Sunday, May 01, 2005

on the seventh day…

Today’s a big anniversary for us. It’s the seventh day of my moratorium on yelling at my husband. Maybe there was an occurrence of "suggestion" snarled through gritted teeth in the last week, but that doesn’t count…because I said it doesn’t, that’s why! (Does it make ya nostalgic for how you were parented?)

I bow at the altar of hormones. I am but a tiny paper boat tossed about in hormonal swells. I am your movie ticket stub sloshed violently through the hormonal wash cycle in the pocket of your relaxed fit jeans… All right, you get the picture: Hormones = mean autocrat. Me = victim of above. Victims love company, and so whenever I can, I invite along my husband. Look, this shit is hard. Not a little hard. A whole fucking lot hard. Sometimes I just like to mix a little cocktail of complete exhaustion and misplaced anger and chill out for the evening.

One of our better arguments, before I gave it all up, was a little tit for tat that I like to call "the cookie incident." Mike was going to the grocery store. (We know how it works out when I go. Thus, this task has been relegated to my husband.) He asked if there was anything else that I wanted beyond the little list we’d created. Now, apparently, there is some link between sleep deprivation and sugar cravings. I know not of the details of this curious marriage, I only know that self-medication in the form of chocolate gets me by. So I told Mike I wanted cookies, please. He even asked what kind I wanted and I suggested a particularly tasty variety that he’d brought home for me in the past. I thought we had an agreement. Anyone in my place would have thought the same.

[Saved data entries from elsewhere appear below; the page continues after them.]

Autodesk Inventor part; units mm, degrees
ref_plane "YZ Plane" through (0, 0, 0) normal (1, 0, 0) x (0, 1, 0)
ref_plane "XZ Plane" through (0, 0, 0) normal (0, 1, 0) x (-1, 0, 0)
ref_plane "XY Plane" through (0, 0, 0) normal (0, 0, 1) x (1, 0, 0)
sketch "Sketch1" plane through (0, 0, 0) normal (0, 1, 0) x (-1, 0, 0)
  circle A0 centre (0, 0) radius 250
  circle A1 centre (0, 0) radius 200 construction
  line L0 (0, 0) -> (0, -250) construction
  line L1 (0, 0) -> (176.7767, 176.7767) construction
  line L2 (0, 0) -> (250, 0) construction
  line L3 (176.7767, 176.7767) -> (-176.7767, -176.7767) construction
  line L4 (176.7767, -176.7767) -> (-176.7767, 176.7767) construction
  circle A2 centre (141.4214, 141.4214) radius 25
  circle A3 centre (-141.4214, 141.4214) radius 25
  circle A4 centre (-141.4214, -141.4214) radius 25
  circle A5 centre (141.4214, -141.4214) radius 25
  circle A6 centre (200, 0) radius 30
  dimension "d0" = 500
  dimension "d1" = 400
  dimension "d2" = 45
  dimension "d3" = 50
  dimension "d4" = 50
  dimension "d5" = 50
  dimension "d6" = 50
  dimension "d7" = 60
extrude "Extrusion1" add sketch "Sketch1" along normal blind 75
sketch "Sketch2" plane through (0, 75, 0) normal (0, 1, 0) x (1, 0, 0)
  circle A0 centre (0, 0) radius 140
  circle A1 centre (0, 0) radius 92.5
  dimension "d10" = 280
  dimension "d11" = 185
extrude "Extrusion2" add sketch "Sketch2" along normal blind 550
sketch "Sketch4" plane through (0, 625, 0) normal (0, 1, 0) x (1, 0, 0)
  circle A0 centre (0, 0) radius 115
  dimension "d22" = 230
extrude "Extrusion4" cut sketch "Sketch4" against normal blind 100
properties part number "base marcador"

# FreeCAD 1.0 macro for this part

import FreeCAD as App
import Part
import Sketcher
Q = App.Units.Quantity

doc = App.newDocument("Part")
body = doc.addObject("PartDesign::Body", "Body")

sketch1 = body.newObject("Sketcher::SketchObject", "Sketch")
sketch1.AttachmentSupport = (doc.getObject("XZ_Plane"), [""])
sketch1.MapMode = "FlatFace"
sketch1.addGeometry([
    Part.Circle(App.Vector(0, 0, 0), App.Vector(0, 0, 1), 250),
    Part.Circle(App.Vector(141, -141, 0), App.Vector(0, 0, 1), 25),
    Part.Circle(App.Vector(-141, -141, 0), App.Vector(0, 0, 1), 25),
    Part.Circle(App.Vector(141, 141, 0), App.Vector(0, 0, 1), 25),
    Part.Circle(App.Vector(-200, 0, 0), App.Vector(0, 0, 1), 30),
    Part.Circle(App.Vector(-141, 141, 0), App.Vector(0, 0, 1), 25),
], False)
sketch1.addConstraint([
    Sketcher.Constraint("Coincident", 0, 3, -1, 1),
    Sketcher.Constraint("Equal", 1, 2),
    Sketcher.Constraint("Equal", 2, 3),
    Sketcher.Constraint("Equal", 3, 5),
    Sketcher.Constraint("Symmetric", 2, 3, 3, 3, -1, 1),
    Sketcher.Constraint("Symmetric", 1, 3, 5, 3, -1, 1),
    Sketcher.Constraint("Symmetric", 1, 3, 2, 3, -2),
    Sketcher.Constraint("PointOnObject", 4, 3, -1),
    Sketcher.Constraint("Diameter", 0, Q("500 mm")),
    Sketcher.Constraint("Diameter", 1, Q("50 mm")),
    Sketcher.Constraint("Diameter", 4, Q("60 mm")),
    Sketcher.Constraint("DistanceX", 4, 3, -1, 1, Q("200 mm")),
    Sketcher.Constraint("DistanceX", -1, 1, 1, 3, Q("141.4214 mm")),
    Sketcher.Constraint("DistanceY", 1, 3, -1, 1, Q("141.4214 mm")),
])
pad1 = body.newObject("PartDesign::Pad", "Pad")
pad1.Profile = sketch1
pad1.Length = 75
pad1.Reversed = True

sketch2 = body.newObject("Sketcher::SketchObject", "Sketch001")
sketch2.AttachmentSupport = (doc.getObject("XZ_Plane"), [""])
sketch2.MapMode = "FlatFace"
sketch2.AttachmentOffset = App.Placement(App.Vector(0, 0, -75), App.Rotation())
sketch2.addGeometry([
    Part.Circle(App.Vector(0, 0, 0), App.Vector(0, 0, 1), 140),
    Part.Circle(App.Vector(0, 0, 0), App.Vector(0, 0, 1), 92),
], False)
sketch2.addConstraint([
    Sketcher.Constraint("Coincident", 0, 3, -1, 1),
    Sketcher.Constraint("Coincident", 1, 3, -1, 1),
    Sketcher.Constraint("Diameter", 0, Q("280 mm")),
    Sketcher.Constraint("Diameter", 1, Q("185 mm")),
])
pad2 = body.newObject("PartDesign::Pad", "Pad001")
pad2.Profile = sketch2
pad2.Length = 550
pad2.Reversed = True

sketch3 = body.newObject("Sketcher::SketchObject", "Sketch002")
sketch3.AttachmentSupport = (doc.getObject("XZ_Plane"), [""])
sketch3.MapMode = "FlatFace"
sketch3.AttachmentOffset = App.Placement(App.Vector(0, 0, -625), App.Rotation())
sketch3.addGeometry(Part.Circle(App.Vector(0, 0, 0), App.Vector(0, 0, 1), 115), False)
sketch3.addConstraint([
    Sketcher.Constraint("Coincident", 0, 3, -1, 1),
    Sketcher.Constraint("Diameter", 0, Q("230 mm")),
])
pocket1 = body.newObject("PartDesign::Pocket", "Pocket")
pocket1.Profile = sketch3
pocket1.Length = 100
pocket1.Reversed = True

doc.recompute()
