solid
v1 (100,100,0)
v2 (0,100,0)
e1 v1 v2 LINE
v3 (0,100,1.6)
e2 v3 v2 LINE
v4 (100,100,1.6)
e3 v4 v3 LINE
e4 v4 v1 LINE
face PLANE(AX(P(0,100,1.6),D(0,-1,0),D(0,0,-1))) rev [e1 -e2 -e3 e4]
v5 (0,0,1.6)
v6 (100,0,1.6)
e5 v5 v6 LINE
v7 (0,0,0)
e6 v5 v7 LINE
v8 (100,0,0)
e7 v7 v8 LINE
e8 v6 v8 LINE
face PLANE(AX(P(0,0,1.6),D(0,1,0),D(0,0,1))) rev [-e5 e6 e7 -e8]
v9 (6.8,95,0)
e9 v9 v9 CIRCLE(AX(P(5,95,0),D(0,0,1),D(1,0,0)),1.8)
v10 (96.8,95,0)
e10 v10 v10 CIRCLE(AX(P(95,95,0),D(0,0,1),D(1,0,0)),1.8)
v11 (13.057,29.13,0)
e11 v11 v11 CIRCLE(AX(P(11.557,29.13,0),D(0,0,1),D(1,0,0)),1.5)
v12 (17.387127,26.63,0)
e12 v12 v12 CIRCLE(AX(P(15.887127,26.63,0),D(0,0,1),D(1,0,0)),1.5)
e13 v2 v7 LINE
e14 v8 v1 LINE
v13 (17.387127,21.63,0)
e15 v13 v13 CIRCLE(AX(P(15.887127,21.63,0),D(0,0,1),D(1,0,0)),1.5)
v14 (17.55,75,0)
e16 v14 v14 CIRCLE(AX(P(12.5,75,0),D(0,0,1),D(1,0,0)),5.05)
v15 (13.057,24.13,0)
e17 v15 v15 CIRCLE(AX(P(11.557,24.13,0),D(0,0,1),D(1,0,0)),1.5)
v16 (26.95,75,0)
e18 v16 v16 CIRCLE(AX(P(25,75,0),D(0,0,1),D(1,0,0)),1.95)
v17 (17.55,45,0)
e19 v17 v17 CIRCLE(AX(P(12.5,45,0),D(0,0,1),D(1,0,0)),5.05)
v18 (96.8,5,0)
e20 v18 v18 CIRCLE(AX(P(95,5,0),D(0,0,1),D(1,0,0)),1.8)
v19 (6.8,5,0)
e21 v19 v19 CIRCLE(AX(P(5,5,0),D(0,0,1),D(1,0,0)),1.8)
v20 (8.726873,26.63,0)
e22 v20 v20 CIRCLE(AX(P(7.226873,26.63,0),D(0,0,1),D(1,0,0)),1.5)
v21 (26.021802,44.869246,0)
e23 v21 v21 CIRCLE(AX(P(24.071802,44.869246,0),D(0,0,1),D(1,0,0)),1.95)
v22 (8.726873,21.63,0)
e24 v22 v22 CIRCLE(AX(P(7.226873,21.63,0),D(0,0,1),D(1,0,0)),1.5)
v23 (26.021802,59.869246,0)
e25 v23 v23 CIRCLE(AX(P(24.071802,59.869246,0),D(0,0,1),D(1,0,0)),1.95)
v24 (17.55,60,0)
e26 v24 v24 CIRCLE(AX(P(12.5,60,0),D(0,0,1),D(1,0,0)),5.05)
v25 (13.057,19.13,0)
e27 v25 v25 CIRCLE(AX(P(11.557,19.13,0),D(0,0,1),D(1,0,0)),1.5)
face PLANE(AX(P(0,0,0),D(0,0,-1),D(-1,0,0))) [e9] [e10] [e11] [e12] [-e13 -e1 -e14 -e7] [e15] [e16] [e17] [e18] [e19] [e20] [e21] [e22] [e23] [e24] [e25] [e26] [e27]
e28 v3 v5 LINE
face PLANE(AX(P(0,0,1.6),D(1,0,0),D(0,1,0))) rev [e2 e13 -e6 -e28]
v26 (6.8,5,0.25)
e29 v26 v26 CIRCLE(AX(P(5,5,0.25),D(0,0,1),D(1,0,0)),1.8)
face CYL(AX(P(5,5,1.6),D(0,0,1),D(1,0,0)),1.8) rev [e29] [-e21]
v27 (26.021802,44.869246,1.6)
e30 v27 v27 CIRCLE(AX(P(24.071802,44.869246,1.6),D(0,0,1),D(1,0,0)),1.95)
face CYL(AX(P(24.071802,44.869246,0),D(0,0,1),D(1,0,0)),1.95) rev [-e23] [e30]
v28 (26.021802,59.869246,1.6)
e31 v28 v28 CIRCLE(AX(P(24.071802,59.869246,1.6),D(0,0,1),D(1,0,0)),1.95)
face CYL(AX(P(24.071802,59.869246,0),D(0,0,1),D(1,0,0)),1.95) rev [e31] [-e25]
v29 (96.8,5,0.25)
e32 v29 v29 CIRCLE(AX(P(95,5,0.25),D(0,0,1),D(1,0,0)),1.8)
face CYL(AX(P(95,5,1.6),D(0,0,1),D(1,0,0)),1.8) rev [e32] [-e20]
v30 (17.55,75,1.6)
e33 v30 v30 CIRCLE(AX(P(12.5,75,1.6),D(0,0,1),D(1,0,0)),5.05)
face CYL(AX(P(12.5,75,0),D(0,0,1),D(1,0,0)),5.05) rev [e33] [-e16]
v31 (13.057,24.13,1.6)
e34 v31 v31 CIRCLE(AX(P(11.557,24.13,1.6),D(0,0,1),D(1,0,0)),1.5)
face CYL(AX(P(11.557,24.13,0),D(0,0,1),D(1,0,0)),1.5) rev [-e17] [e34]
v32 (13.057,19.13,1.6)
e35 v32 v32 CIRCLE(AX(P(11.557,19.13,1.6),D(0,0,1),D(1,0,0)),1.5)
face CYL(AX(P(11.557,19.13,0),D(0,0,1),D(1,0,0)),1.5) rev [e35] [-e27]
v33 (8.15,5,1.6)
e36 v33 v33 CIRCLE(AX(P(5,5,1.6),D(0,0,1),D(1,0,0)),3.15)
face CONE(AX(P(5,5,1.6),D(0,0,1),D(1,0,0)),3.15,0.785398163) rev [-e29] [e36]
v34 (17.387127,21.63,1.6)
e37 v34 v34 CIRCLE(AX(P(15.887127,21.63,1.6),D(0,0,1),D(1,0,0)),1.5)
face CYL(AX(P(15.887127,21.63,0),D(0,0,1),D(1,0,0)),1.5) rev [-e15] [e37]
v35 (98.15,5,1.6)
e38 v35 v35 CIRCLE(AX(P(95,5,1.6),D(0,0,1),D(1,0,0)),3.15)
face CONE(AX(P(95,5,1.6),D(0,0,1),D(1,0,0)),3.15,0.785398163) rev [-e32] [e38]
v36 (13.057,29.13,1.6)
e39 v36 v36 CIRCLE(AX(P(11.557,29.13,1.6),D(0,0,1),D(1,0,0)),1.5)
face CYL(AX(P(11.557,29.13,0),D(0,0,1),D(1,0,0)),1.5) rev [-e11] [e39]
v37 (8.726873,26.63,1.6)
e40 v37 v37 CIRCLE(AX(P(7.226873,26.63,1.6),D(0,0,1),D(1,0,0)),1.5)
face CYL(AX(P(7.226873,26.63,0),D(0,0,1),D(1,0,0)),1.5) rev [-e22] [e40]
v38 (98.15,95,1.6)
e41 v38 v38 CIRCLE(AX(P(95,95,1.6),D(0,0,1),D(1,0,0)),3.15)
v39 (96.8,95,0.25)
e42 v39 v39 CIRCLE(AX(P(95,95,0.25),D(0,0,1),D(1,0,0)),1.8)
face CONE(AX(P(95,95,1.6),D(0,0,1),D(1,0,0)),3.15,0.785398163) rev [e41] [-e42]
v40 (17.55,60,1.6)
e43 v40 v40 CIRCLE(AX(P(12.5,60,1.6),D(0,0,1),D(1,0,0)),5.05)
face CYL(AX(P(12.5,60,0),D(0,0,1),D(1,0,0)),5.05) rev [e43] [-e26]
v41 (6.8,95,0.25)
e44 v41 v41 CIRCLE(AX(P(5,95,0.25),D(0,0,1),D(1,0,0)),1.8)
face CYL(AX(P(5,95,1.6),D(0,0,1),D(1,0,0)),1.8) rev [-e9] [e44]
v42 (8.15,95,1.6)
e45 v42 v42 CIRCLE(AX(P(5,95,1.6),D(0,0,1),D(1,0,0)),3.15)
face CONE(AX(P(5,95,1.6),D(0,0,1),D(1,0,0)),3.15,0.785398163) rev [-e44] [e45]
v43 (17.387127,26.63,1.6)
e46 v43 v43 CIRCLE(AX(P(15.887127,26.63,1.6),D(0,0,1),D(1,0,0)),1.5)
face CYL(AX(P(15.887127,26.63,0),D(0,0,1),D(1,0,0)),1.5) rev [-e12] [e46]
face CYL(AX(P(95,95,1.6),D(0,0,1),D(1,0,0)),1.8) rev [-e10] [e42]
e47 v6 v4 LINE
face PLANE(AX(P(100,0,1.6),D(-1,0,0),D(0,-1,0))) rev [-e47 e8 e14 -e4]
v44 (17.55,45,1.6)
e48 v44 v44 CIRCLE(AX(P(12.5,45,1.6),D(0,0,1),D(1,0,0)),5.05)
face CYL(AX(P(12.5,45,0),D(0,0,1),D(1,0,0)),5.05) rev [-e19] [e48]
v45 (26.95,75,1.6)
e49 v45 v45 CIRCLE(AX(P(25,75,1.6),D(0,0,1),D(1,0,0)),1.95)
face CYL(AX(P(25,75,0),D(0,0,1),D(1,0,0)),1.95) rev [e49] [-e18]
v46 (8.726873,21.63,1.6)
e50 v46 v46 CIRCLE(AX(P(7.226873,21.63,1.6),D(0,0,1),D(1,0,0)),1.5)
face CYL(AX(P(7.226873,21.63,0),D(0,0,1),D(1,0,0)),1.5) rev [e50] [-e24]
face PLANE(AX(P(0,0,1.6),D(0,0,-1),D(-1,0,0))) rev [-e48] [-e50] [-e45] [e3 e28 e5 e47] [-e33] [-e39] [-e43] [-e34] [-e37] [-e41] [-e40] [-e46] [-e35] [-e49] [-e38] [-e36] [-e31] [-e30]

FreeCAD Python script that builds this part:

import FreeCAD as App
import Part
import Sketcher

V = App.Vector
Q = App.Units.Quantity

doc = App.newDocument("Part")
body = doc.addObject("PartDesign::Body", "Body")

# Sketch on XY plane
sketch1 = doc.addObject("Sketcher::SketchObject", "Sketch")
body.addObject(sketch1)
sketch1.AttachmentSupport = (doc.XY_Plane, [""])
sketch1.MapMode = "FlatFace"
sketch1.addGeometry(Part.LineSegment(V(0, 100, 0), V(0, 0, 0)), False)
sketch1.addGeometry(Part.LineSegment(V(0, 0, 0), V(100, 0, 0)), False)
sketch1.addGeometry(Part.LineSegment(V(100, 0, 0), V(100, 100, 0)), False)
sketch1.addGeometry(Part.LineSegment(V(100, 100, 0), V(0, 100, 0)), False)
sketch1.addConstraint(Sketcher.Constraint("Coincident", 0, 2, 1, 1))
sketch1.addConstraint(Sketcher.Constraint("Coincident", 1, 2, 2, 1))
sketch1.addConstraint(Sketcher.Constraint("Coincident", 2, 2, 3, 1))
sketch1.addConstraint(Sketcher.Constraint("Coincident", 3, 2, 0, 1))
sketch1.addConstraint(Sketcher.Constraint("Vertical", 0))
sketch1.addConstraint(Sketcher.Constraint("Horizontal", 1))
sketch1.addConstraint(Sketcher.Constraint("Vertical", 2))
sketch1.addConstraint(Sketcher.Constraint("Horizontal", 3))
sketch1.addConstraint(Sketcher.Constraint("Coincident", 0, 2, -1, 1))
sketch1.addConstraint(Sketcher.Constraint("Equal", 3, 0))
sketch1.addConstraint(Sketcher.Constraint("DistanceX", 1, 1, 1, 2, Q("100 mm")))
pad1 = doc.addObject("PartDesign::Pad", "Pad")
body.addObject(pad1)
pad1.Profile = sketch1
pad1.Length = 1.6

Mike came home from the store with frozen cookie dough. It wasn’t even the flavor I’d asked for. And it was frozen. I took in his misdeed calmly at first. He told me, this way, we could make a couple at a time and they’d last longer. Uh huh. I let him know that in fact it was not possible for me to make cookies during the day, ready-to-be-baked or not. And here comes his fatal mistake: Note to working partners, pay Very. Close. Attention. He asked me why it was that I could not manage to make cookies. Yes, that is what he wanted to know.

I’m fuzzy on the finer points, but something of a loud, chaotic scene ensued, which ended with me shrieking the line "…and if I have to eat a BAG of cookies EVERY DAY to get through these first months, that’s what I will DO!"

The next morning I woke up at 7:00 am with the resolve to try and stop yelling at my closest ally. A decision made slightly easier by the goofy, toothless smile on my baby’s sweet face, and the smell of chocolate chip cookies baking in the kitchen.

2 comments:

Anonymous said...

1. Go, Mike, for going to the grocery!
2. Bad Mike for buying not yet baked cookie dough.
3. Bad--worse Mike for wondering aloud why K didn't have time to bake said cookies during the day. Ouch.
4. Yeah, Mike for baking the cookies. Don't let anyone ever say that you don't learn quickly!

Barb

Anonymous said...

You guys are gonna be fine. Really, once you realize that cookies are medication, that husbands need to pay closer attention and baby's goofy smiles are often all that keeps them alive, the rest is just mechanics.